Carbon-Neutral Energy

Our target is to achieve carbon neutrality by year 2035.

katri vala

Carbon-neutral energy production means production that does not increase the amount of carbon dioxide in the atmosphere and that way warm up the climate. Our target by 2025 is to reduce carbon dioxide emissions by 40 per cent compared to the 1990 levels, to increase the share of renewable energy to 25 per cent, and to halve the amount of coal we use. We are preparing to phase out coal use by 2029 in accordance with the Government’s policy.

The use of coal is phased out in stages: The Hanasaari power plant will be closed by the end of 2024. Heat production in Hanasaari will be replaced with heat recycling with heat pumps, energy storage, and a bioenergy heating plant planned for Vuosaari.
After the bioenergy heating plant is completed, the Hanasaari power plant will move to reserve and peak load use at the end of 2022. Salmisaari will remain an important energy production area where coal will be replaced by 2029. The planning of these solutions is in full swing. Energy production will be carbon neutral by 2035. We will reduce at least 80 per cent of emissions ourselves and the rest will be offset, i.e. we ensure that emissions reductions will be made elsewhere.

Helen was the first Finnish energy company to commit to setting a science-based emissions reduction target. The emissions calculation will be based on the GHG protocol, i.e. in addition to CO2 emissions, also other greenhouse gases calculated according to the life cycle are taken into account. In addition to direct stack emissions (scope 1), indirect emissions from operations, such as those from properties and mobility (scope 2) and purchases (scope 3) are examined.

Energy production in 2020

In 2020, the share of energy we produced with renewable energy sources was 14 per cent (2019: 12 per cent). The rise was due to a reduction in fossil production as a result of a warm year. Emission-free production accounted for 26 per cent. We generate emission-free energy from nuclear power and renewable energy: hydropower, wood pellets, wind power and solar energy, as well as from various waste energy flows with heat pumps.

SHARE OF RENEWABLE ENERGY

  %
2017 12
2018 12
2019 12
2020 14
Target 2025 25

We produce energy mainly in our power plants and heating plants in different parts of Helsinki. We also supplement our production from outside Helsinki through our subsidiaries and associated companies, as well as purchases.

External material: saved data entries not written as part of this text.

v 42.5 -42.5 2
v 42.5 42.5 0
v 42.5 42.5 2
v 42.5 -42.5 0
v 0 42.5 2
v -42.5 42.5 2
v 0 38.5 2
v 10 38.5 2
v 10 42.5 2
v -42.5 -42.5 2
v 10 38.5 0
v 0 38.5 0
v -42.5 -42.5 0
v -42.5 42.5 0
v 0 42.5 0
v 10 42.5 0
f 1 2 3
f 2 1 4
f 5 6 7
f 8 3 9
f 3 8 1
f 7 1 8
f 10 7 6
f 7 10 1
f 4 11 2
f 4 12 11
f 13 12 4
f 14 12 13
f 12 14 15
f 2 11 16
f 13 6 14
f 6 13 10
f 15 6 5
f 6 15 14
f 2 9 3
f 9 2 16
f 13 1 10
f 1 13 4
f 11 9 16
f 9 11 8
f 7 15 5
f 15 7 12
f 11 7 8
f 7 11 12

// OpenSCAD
// Sowing template for 90 mm Petri dish
// Flat disc with grid of holes and orientation notch.

$fn = 64;

// Dimensions
DISH_DIA = 90;
DISC_DIA = 85;
THICKNESS = 2;
HOLE_COUNT = 7;
HOLE_DIA = 3;
HOLE_SPACING = 9;
NOTCH_WIDTH = 10;
NOTCH_DEPTH = 4;

// Calculate grid positions
// n features spaced p apart and centred on the origin sit at (i - (n - 1) / 2) * p
grid_offset = (HOLE_COUNT - 1) / 2 * HOLE_SPACING;

difference() {
    // Main disc body
    translate([-DISC_DIA / 2, -DISC_DIA / 2, 0])
        cube([DISC_DIA, DISC_DIA, THICKNESS]);

    // Grid of holes
    for (i = [0 : HOLE_COUNT - 1]) {
        x_pos = (i - grid_offset) * HOLE_SPACING;
        translate([x_pos, 0, -1])
            cylinder(h = THICKNESS + 2, d = HOLE_DIA);
    }

    // Orientation notch on the +Y side
    // Notch is 10 mm wide (X) and 4 mm deep (Y, measured in from the rim)
    // The disc radius is 42.5 mm. The notch starts at Y = 42.5 - 4 = 38.5 mm.
    // The notch extends from X = -5 to X = +5 mm.
    translate([0, 38.5, -1])
        cube([NOTCH_WIDTH, NOTCH_DEPTH, THICKNESS + 2]);
}
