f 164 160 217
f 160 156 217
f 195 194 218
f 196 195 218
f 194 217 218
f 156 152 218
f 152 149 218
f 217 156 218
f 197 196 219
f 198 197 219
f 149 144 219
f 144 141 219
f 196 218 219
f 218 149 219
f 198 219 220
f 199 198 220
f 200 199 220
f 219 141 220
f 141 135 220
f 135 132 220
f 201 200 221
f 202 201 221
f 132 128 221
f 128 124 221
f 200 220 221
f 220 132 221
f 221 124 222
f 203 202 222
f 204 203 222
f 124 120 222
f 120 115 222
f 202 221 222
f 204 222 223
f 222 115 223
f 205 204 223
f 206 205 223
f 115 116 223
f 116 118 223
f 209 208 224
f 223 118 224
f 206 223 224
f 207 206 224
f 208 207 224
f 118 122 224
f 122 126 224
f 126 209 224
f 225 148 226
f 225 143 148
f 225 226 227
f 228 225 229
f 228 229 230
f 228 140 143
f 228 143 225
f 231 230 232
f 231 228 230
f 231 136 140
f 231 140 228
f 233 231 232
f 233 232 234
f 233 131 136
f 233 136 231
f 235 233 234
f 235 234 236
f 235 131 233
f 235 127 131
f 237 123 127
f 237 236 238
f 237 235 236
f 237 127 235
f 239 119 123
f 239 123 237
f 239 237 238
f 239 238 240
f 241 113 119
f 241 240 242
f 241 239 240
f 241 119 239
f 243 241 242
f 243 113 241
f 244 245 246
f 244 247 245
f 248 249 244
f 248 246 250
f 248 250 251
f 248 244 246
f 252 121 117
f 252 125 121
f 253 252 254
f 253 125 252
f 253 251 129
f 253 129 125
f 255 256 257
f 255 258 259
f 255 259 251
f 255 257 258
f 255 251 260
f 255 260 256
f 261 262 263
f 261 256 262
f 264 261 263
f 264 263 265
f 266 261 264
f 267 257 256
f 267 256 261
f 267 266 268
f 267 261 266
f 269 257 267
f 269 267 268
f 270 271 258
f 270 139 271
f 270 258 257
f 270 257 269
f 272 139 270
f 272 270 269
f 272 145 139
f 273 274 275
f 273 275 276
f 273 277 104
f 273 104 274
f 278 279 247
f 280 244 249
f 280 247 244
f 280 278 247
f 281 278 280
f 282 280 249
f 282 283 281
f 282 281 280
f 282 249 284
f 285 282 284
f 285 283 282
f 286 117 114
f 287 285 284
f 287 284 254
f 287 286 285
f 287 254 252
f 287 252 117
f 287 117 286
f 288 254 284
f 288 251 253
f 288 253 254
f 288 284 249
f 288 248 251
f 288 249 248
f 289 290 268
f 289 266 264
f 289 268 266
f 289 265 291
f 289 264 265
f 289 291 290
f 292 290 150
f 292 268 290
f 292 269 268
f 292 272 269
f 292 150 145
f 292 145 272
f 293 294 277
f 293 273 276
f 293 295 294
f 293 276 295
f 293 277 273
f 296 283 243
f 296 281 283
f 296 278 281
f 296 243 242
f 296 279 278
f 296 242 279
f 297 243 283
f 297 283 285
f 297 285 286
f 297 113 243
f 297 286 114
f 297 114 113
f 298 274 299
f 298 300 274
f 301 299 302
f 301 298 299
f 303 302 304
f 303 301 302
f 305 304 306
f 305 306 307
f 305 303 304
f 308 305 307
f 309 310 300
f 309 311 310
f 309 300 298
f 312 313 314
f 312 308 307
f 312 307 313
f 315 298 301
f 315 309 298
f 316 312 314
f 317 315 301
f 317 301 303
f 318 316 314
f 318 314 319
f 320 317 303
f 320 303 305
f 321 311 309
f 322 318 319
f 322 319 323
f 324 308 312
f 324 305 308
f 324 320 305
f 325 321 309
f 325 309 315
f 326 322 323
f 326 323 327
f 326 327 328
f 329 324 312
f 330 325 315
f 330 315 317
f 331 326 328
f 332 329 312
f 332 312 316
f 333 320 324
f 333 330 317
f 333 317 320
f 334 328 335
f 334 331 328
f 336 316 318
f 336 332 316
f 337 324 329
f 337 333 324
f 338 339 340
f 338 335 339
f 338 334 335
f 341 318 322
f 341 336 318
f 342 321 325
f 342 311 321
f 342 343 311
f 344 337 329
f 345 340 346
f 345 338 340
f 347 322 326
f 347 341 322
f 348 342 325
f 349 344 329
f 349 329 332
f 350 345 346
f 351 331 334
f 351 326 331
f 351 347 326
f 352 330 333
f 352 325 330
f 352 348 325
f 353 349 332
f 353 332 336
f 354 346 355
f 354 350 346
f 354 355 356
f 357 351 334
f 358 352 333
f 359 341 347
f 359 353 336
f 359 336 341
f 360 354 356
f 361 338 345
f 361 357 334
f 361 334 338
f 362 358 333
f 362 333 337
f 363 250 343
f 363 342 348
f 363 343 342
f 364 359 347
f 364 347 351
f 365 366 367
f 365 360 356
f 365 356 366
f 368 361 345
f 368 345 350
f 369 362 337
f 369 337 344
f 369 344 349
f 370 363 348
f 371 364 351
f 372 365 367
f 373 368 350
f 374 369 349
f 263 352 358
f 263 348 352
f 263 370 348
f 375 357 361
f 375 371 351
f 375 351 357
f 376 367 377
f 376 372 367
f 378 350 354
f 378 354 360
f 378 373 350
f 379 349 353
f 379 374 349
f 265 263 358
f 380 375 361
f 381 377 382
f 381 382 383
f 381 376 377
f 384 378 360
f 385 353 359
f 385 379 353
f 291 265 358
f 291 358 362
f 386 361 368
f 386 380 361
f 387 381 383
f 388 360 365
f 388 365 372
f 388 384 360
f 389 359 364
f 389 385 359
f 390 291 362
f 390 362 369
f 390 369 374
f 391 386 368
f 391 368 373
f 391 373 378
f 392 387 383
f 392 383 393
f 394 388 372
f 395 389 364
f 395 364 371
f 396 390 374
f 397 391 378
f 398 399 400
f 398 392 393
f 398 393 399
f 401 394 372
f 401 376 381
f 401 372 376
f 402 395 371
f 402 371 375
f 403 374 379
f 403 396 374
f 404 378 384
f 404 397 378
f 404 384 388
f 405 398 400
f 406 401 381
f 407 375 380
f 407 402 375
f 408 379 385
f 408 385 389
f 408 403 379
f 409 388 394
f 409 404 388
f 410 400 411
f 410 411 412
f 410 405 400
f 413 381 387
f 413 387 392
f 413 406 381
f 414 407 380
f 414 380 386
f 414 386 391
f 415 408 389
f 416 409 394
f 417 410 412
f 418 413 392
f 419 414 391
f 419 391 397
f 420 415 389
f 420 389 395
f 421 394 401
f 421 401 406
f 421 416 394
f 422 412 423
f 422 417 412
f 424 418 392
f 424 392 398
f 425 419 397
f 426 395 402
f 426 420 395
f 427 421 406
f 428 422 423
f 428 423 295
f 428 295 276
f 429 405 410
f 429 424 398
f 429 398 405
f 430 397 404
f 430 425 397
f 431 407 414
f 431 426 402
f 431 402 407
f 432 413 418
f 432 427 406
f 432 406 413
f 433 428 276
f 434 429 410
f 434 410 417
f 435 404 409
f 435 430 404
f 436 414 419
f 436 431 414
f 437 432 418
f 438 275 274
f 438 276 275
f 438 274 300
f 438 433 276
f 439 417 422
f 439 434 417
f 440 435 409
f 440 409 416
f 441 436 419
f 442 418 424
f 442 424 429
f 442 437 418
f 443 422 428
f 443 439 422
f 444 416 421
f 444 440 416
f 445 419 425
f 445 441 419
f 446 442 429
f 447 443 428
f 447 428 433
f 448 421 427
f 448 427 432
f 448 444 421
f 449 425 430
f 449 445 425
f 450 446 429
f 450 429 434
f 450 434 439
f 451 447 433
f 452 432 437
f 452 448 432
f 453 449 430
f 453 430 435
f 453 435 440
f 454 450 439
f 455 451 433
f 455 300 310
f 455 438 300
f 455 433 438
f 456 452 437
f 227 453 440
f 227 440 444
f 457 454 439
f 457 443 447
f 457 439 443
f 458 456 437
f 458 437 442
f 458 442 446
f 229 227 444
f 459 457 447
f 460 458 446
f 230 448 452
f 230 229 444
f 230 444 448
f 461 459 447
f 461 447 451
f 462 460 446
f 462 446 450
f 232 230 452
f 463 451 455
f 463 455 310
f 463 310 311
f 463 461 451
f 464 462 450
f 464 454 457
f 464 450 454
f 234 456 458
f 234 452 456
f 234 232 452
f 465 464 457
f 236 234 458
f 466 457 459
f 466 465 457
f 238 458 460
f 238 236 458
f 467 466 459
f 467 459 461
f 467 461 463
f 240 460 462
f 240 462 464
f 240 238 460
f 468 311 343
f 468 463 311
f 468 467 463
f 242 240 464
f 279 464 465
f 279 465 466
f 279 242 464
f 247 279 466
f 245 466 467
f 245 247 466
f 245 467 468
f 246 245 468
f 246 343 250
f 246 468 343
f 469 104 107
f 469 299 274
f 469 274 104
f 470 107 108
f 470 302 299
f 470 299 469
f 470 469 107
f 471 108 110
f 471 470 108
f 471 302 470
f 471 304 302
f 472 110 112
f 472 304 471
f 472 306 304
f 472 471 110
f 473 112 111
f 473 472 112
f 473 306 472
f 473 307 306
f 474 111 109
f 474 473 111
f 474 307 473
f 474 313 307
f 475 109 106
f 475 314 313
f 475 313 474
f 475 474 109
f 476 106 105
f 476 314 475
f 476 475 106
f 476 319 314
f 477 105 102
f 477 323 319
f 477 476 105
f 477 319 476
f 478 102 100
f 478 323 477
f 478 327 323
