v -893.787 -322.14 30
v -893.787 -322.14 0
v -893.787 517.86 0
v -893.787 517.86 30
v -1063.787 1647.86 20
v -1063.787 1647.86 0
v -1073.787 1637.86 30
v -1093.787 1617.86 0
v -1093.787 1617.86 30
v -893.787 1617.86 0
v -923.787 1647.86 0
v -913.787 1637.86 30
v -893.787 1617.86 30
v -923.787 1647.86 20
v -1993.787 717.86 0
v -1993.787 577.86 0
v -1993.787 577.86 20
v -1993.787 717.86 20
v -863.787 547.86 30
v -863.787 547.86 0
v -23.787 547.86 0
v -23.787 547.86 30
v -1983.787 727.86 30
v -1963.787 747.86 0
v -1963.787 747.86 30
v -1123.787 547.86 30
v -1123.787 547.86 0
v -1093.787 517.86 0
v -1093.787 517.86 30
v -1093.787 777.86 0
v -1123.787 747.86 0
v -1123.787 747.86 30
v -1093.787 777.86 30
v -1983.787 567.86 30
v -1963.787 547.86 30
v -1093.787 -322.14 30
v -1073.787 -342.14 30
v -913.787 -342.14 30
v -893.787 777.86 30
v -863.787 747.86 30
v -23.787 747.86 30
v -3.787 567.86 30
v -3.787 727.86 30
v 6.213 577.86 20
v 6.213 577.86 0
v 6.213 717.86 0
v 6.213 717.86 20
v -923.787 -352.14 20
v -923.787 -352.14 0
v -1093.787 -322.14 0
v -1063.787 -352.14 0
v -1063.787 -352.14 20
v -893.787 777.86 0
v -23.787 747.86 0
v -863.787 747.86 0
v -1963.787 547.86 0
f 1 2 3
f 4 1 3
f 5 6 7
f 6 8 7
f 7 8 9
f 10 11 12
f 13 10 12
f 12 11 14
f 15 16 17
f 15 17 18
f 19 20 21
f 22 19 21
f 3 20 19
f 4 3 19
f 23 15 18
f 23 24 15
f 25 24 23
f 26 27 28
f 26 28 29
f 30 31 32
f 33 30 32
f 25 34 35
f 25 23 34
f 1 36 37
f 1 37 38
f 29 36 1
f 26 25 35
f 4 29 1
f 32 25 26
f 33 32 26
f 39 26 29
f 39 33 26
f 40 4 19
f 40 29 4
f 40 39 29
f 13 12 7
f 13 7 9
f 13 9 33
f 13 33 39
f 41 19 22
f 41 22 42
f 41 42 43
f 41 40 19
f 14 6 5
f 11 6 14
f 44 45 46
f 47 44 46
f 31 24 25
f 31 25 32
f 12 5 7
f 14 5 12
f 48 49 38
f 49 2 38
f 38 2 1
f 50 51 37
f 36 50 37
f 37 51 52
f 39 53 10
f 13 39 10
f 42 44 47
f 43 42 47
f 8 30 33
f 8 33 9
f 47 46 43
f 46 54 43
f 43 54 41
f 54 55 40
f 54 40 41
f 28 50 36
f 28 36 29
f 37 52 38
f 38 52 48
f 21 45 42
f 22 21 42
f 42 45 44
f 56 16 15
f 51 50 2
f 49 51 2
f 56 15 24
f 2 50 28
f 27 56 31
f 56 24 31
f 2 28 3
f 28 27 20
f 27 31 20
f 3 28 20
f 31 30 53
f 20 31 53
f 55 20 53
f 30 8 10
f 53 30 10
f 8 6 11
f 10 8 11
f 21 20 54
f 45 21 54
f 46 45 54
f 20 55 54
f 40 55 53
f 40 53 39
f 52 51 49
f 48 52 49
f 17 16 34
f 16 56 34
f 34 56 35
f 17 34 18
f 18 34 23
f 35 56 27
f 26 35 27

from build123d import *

# Parameters (mm, degrees)
F0_W     = 900
F0_H     = 200
F0_W_2   = 200
F0_H_2   = 900
F1_DEPTH = 30
F2_SIZE  = 30
F3_SIZE  = 10


with BuildPart() as f1:
    # F0 (on Top) → F1 (new body)
    with BuildSketch(Plane.XY):
        with Locations((-1543.7867450795, 647.8599071422)):
            Rectangle(F0_W, F0_H)
        with Locations((-993.7867450795, 1197.8599071422)):
            Rectangle(F0_W_2, F0_H_2)
        with Locations((-993.7867450795, 647.8599071422)):
            Rectangle(F0_W_2, F0_H)
        with Locations((-443.7867450795, 647.8599071422)):
            Rectangle(F0_W, F0_H)
        with Locations((-993.7867450795, 97.8599071422)):
            Rectangle(F0_W_2, F0_H_2)
    extrude(amount=F1_DEPTH)

    # F2
    f2_edges = [f1.edges().sort_by_distance(p)[0] for p in [
        (-1093.786745, 747.859907, 15),
        (-1993.786745, 747.859907, 15),
        (-1993.786745, 547.859907, 15),
        (-1093.786745, 547.859907, 15),
        (-1093.786745, -352.140093, 15),
        (-893.786745, -352.140093, 15),
        (-893.786745, 547.859907, 15),
        (6.213255, 547.859907, 15),
        (6.213255, 747.859907, 15),
        (-893.786745, 747.859907, 15),
        (-893.786745, 1647.859907, 15),
        (-1093.786745, 1647.859907, 15),
    ]]
    chamfer(f2_edges, length=F2_SIZE)

    # F3
    f3_edges = [f1.edges().sort_by_distance(p)[0] for p in [
        (-993.786745, -352.140093, 30),
        (6.213255, 647.859907, 30),
        (-993.786745, 1647.859907, 30),
        (-1993.786745, 647.859907, 30),
    ]]
    chamfer(f3_edges, length=F3_SIZE)


solid = f1.part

In 2020, our production volumes fell compared with the previous year due to a warmer than normal start and end to the year and the electricity market situation. The price of electricity in Finland was EUR 28.0/MWh. This is the lowest price of electricity since the early 2000s. We produced 6,120 gigawatt-hours of electricity (2019: 6,520 gigawatt-hours), 6420 gigawatt-hours of heat (2019: 7,000 gigawatt-hours) and 179 gigawatt-hours of cooling (2019: 173 gigawatt-hours).

Origin of district heat, GWh

  Natural gas Coal Heat pump Bio Oil
2015 3380 2550 420 20 50
2016 2190 4150 490 100 170
2017 1980 4320 570 150 70
2018 2510 3850 570 190 80
2019 2270 3940 545 185 60
2020 2720 2960 495 217 31

ORIGIN OF ELECTRICITY, GWH

  Natural gas Coal Nuclear power Renewables
2015 3460 1240 1390 890
2016 1950 2090 1460 960
2017 1790 2140 1370 990
2018 2290 2100 1460 880
2019 2270 1980 1520 820
2020 2320 1375 1475 950

See the specific emissions and origin of the electricity, heat and cooling sold by us.

In 2020, the amount of energy we produced by coal fell by 28 per cent and the share of natural gas production increased by 12 per cent. The change was due to the opening of the natural gas market and the improved competitiveness of gas, the energy market situation and the mild winter. The share of coal will fall significantly in the future when the Hanasaari power plant will be decommissioned by the end of 2024 and we are preparing to phase out coal in 2029 in accordance with the Government policy.

We produced 1,410 gigawatt-hours of nuclear power through our associated company Teollisuuden Voima Oy. Nuclear power production fell by one per cent. Hydropower production amounted to 850 GWh (2019: 700 GWh), an increase of 21 per cent due to a better hydrological year.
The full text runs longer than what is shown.